Here at Newton Research, we pride ourselves on being nerds. And what nerd doesn’t like a good test? So we’ve come up with a benchmark test that we give to Newton and we make those other generic chatbots take that same test. The benchmark test is a comprehensive set of media, marketing, and advertising analytics tasks. What we find from the results is that the generic chatbots, even when they’re powered with the latest and greatest LLMs, fail the benchmark test pretty miserably. We’re talking about scores of 25% to 50%. Definitely not refrigerator material.
By contrast, Newton aces the test. The reason Newton succeeds and the others fail is simple - we specifically train Newton for media and marketing analytics. That’s what we do every day.

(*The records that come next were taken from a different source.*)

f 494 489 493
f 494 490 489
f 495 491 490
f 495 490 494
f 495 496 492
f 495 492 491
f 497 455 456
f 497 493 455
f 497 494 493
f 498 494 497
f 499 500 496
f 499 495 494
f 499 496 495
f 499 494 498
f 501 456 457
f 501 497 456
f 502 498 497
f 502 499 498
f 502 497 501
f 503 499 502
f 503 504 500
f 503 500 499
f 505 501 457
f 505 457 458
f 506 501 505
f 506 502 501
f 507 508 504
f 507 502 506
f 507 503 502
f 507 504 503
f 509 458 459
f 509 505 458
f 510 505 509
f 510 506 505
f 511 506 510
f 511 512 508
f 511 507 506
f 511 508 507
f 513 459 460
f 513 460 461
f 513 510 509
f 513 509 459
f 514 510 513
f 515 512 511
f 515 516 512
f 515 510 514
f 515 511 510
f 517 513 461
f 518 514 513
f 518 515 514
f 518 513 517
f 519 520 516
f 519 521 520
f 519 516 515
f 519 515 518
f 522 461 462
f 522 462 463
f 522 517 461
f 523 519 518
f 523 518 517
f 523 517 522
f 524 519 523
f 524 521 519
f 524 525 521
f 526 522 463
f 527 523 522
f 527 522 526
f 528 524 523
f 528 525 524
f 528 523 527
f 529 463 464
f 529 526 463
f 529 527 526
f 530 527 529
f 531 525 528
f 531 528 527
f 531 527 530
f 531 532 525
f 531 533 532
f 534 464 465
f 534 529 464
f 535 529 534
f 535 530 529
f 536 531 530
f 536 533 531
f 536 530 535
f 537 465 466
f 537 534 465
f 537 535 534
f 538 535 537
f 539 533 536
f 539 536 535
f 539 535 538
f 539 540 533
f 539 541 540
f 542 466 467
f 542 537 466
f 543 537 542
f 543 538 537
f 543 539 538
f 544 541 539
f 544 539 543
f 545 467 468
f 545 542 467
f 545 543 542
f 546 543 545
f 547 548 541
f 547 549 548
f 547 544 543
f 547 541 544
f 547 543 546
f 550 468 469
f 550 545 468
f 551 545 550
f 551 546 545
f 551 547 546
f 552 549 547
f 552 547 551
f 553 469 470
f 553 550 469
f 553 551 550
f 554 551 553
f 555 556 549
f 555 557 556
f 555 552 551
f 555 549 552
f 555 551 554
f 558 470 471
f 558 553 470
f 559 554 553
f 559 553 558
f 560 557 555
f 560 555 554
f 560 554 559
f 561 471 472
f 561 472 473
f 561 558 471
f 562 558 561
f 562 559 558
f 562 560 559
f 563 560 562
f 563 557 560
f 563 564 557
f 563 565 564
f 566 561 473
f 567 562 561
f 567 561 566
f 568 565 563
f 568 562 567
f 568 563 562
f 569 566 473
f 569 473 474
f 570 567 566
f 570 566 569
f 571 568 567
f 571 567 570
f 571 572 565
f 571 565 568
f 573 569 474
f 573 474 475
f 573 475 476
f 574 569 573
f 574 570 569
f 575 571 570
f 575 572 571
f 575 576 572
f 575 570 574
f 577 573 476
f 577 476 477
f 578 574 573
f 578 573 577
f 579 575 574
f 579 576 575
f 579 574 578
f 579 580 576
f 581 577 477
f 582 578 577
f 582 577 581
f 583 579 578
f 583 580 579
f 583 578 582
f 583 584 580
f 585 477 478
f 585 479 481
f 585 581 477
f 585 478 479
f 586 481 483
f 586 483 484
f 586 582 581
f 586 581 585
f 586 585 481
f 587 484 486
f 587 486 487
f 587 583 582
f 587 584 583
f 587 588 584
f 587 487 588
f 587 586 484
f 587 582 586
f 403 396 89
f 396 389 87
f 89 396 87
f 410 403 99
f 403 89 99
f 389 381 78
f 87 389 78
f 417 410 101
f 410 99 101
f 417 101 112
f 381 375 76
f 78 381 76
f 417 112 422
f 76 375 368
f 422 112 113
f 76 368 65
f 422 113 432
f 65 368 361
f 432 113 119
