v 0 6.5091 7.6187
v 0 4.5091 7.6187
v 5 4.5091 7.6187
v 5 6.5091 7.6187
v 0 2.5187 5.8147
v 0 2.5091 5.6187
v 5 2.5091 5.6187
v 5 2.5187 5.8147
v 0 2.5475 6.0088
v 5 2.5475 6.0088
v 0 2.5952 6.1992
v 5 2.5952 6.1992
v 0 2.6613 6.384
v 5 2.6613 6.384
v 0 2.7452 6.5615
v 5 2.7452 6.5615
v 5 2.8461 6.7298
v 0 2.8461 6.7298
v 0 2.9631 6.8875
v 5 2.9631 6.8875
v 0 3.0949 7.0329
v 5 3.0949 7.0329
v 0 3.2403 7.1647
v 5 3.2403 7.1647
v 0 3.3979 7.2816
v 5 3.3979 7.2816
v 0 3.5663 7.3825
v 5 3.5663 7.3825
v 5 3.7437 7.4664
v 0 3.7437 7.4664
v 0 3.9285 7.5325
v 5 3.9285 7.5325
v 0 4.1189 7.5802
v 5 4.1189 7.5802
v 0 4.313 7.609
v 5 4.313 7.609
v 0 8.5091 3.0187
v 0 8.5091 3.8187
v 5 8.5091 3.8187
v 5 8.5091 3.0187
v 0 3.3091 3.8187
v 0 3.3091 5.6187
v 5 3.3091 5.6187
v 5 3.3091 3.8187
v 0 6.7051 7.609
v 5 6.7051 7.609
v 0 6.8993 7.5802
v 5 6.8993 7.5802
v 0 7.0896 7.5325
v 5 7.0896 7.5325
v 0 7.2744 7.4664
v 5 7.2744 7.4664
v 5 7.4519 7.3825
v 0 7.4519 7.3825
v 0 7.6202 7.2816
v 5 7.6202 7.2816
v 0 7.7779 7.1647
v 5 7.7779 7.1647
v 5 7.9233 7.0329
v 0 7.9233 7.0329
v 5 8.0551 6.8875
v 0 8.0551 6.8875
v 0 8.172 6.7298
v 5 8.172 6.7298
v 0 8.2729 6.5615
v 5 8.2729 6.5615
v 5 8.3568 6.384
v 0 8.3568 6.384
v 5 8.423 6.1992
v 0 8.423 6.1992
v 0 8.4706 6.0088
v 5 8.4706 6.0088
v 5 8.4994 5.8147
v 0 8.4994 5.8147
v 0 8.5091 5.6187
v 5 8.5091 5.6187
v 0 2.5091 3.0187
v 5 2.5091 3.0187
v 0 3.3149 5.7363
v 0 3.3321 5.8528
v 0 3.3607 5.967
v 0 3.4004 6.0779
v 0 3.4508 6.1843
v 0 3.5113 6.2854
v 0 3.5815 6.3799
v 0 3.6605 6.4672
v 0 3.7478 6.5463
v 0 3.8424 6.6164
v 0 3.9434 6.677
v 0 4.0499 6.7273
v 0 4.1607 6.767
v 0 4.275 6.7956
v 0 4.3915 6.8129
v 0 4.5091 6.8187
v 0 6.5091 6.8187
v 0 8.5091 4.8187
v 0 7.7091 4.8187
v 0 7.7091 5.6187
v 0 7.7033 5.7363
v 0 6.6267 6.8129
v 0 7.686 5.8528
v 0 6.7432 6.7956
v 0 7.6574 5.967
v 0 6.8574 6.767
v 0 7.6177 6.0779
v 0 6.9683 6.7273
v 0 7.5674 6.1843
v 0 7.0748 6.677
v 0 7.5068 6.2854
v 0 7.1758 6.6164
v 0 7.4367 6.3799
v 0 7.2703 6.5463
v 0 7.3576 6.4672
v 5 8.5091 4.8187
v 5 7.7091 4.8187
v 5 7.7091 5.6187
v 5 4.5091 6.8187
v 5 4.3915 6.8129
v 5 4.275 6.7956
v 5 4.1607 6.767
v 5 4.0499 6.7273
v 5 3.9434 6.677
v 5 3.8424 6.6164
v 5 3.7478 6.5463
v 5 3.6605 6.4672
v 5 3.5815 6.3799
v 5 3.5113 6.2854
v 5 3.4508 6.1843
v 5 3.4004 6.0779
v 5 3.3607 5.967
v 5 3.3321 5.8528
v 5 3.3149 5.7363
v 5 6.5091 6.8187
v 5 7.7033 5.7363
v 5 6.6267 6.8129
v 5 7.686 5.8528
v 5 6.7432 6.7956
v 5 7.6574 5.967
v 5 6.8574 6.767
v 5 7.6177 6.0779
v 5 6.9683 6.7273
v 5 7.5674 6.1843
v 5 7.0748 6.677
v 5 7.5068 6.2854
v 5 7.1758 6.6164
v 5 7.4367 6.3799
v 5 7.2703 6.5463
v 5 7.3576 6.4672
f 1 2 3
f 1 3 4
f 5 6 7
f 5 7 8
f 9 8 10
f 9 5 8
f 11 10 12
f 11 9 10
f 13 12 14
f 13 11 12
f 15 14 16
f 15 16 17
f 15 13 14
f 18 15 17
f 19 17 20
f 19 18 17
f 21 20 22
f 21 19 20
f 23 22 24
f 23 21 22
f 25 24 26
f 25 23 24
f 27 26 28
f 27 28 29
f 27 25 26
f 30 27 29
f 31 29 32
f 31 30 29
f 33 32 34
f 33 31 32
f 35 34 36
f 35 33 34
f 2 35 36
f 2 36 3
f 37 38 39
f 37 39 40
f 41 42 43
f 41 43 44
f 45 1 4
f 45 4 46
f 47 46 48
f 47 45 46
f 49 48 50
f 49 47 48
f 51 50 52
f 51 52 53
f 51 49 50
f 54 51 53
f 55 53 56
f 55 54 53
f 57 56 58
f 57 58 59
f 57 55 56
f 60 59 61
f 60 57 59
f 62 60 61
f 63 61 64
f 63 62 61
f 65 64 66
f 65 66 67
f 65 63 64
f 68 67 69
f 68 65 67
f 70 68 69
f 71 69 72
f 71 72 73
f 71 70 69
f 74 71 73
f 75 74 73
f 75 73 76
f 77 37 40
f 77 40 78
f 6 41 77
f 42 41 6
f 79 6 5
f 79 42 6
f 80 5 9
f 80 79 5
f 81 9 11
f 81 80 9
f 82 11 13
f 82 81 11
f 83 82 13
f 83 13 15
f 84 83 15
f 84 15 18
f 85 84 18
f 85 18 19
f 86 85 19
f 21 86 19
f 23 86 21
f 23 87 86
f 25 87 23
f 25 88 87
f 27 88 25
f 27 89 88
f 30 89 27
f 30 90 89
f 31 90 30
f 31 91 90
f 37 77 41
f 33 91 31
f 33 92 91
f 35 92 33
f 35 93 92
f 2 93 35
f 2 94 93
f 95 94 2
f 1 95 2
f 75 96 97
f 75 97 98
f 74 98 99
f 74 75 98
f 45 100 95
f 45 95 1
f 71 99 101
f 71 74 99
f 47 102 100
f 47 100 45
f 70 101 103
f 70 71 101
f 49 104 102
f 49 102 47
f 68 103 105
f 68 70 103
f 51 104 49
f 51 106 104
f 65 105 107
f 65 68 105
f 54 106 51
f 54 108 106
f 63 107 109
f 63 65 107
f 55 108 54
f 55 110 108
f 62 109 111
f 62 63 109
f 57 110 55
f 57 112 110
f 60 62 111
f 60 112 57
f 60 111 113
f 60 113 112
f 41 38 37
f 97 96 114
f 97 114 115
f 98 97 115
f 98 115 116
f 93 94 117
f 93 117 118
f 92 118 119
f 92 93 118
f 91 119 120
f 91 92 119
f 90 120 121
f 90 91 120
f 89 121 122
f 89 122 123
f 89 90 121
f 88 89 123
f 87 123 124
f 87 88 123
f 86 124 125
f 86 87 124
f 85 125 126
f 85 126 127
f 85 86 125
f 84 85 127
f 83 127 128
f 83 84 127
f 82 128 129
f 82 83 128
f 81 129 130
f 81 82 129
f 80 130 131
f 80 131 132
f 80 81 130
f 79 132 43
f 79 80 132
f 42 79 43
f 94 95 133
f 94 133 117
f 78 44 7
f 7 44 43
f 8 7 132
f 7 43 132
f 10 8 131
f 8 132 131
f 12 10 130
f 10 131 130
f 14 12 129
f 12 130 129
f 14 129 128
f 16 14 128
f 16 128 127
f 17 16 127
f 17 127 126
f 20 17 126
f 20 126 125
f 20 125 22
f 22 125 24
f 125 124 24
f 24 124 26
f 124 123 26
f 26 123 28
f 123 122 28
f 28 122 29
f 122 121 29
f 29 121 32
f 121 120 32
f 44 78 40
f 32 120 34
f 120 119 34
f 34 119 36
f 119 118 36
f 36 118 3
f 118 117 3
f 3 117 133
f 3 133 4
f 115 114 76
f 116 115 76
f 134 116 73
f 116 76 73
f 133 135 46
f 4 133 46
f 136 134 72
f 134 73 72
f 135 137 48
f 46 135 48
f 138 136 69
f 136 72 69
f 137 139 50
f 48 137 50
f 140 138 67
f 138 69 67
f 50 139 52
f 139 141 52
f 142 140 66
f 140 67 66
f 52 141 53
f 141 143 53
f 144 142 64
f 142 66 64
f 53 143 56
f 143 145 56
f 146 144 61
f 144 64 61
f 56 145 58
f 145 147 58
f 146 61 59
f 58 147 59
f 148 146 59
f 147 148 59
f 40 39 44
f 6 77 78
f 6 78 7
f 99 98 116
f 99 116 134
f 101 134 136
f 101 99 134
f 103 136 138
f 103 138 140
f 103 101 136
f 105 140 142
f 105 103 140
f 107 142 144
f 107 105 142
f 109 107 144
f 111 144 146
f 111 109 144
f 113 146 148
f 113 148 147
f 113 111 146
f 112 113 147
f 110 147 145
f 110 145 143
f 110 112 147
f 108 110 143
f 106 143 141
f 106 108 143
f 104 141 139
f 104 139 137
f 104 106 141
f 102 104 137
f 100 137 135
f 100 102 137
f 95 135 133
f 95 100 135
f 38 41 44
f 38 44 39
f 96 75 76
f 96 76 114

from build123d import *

# Parameters (mm, degrees)
EXTRUDE_1_DEPTH = 5


with BuildPart() as part:
    # Эскиз2 → Бобышка-Вытянуть1 (new body)
    with BuildSketch(Plane(origin=(0, 0, 0), x_dir=(0, 0, -1), z_dir=(1, 0, 0))):
        with BuildLine():
            Line((-3.01866618, 8.509074189), (-3.01866618, 2.509074189))
            Line((-3.01866618, 2.509074189), (-5.61866618, 2.509074189))
            ThreePointArc((-5.61866618, 2.509074189), (-7.032879742, 3.094860626), (-7.61866618, 4.509074189))
            Line((-7.61866618, 4.509074189), (-7.61866618, 6.509074189))
            ThreePointArc((-7.61866618, 6.509074189), (-7.032879742, 7.923287751), (-5.61866618, 8.509074189))
            Line((-5.61866618, 8.509074189), (-4.81866618, 8.509074189))
            Line((-4.81866618, 8.509074189), (-4.81866618, 7.709074189))
            Line((-4.81866618, 7.709074189), (-5.61866618, 7.709074189))
            ThreePointArc((-5.61866618, 7.709074189), (-6.467194317, 7.357602326), (-6.81866618, 6.509074189))
            Line((-6.81866618, 6.509074189), (-6.81866618, 4.509074189))
            ThreePointArc((-6.81866618, 4.509074189), (-6.467194317, 3.660546051), (-5.61866618, 3.309074189))
            Line((-5.61866618, 3.309074189), (-3.81866618, 3.309074189))
            Line((-3.81866618, 3.309074189), (-3.81866618, 8.509074189))
            Line((-3.81866618, 8.509074189), (-3.01866618, 8.509074189))
        make_face()
    extrude(amount=EXTRUDE_1_DEPTH)


solid = part.part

I like to make the analogy that we’re writing the media analytics handbook and infusing that into Newton. Newton does not rely on an LLM that has learned marketing from whatever it was able to scrape on the open Internet, Newton is trained on our highly curated knowledge base that our data science team has been creating for the past two years. On top of this, we let our customers provide Newton with “on the job training” just like they would a new data scientist or analyst they’ve added to the team. Newton can read scripts, Jupyter notebooks, data dictionaries, etc. and learn how each customer prefers to approach specific analytics tasks.
What’s on the roadmap for the company? How do you expect your offerings to evolve?
We have a nice lead in building out agentic analytics workflows for our industry and we’re going to continue building out Newton’s expertise even further in this direction. We want to be the obvious choice for brands, agencies and publishers when they need media and marketing analytics agents. If a customer needs an entire agentic stack - we’ve got them covered. If a larger customer has chosen to build their own agentic framework - we have specialist agents that can interoperate with their stack to perform analytics tasks. We will also continue to build out more native integrations into platforms and publishers, so that Newton’s agents are seamlessly connected across our customers’ tech stacks. We’re also very willing to partner with other companies and you’ll see some announcements of partners building agents on top of our agentic framework.
Sir Isaac Newton is listed on your website as a “founding father” of the company. Presumably he doesn’t show up to too many client meetings. If he did, what do you think he’d say about the current state or future of the advertising industry?
Sir Isaac has been a no-show at all the Board meetings. We do hear Sir Isaac’s favorite concept of “inertia” thrown around our industry a lot. Folks often bemoan how the big players fail to innovate because of their size and speed. It’s just too hard for them to change course from the inside. I would hope Sir Isaac would see the AI agents we’ve built as the external force needed to jolt our industry into a better trajectory. While we’re a start-up and our mass might be small, we are accelerating very quickly…..and force does equal mass times acceleration after all. We’re on track to make a very big impact on our industry this year.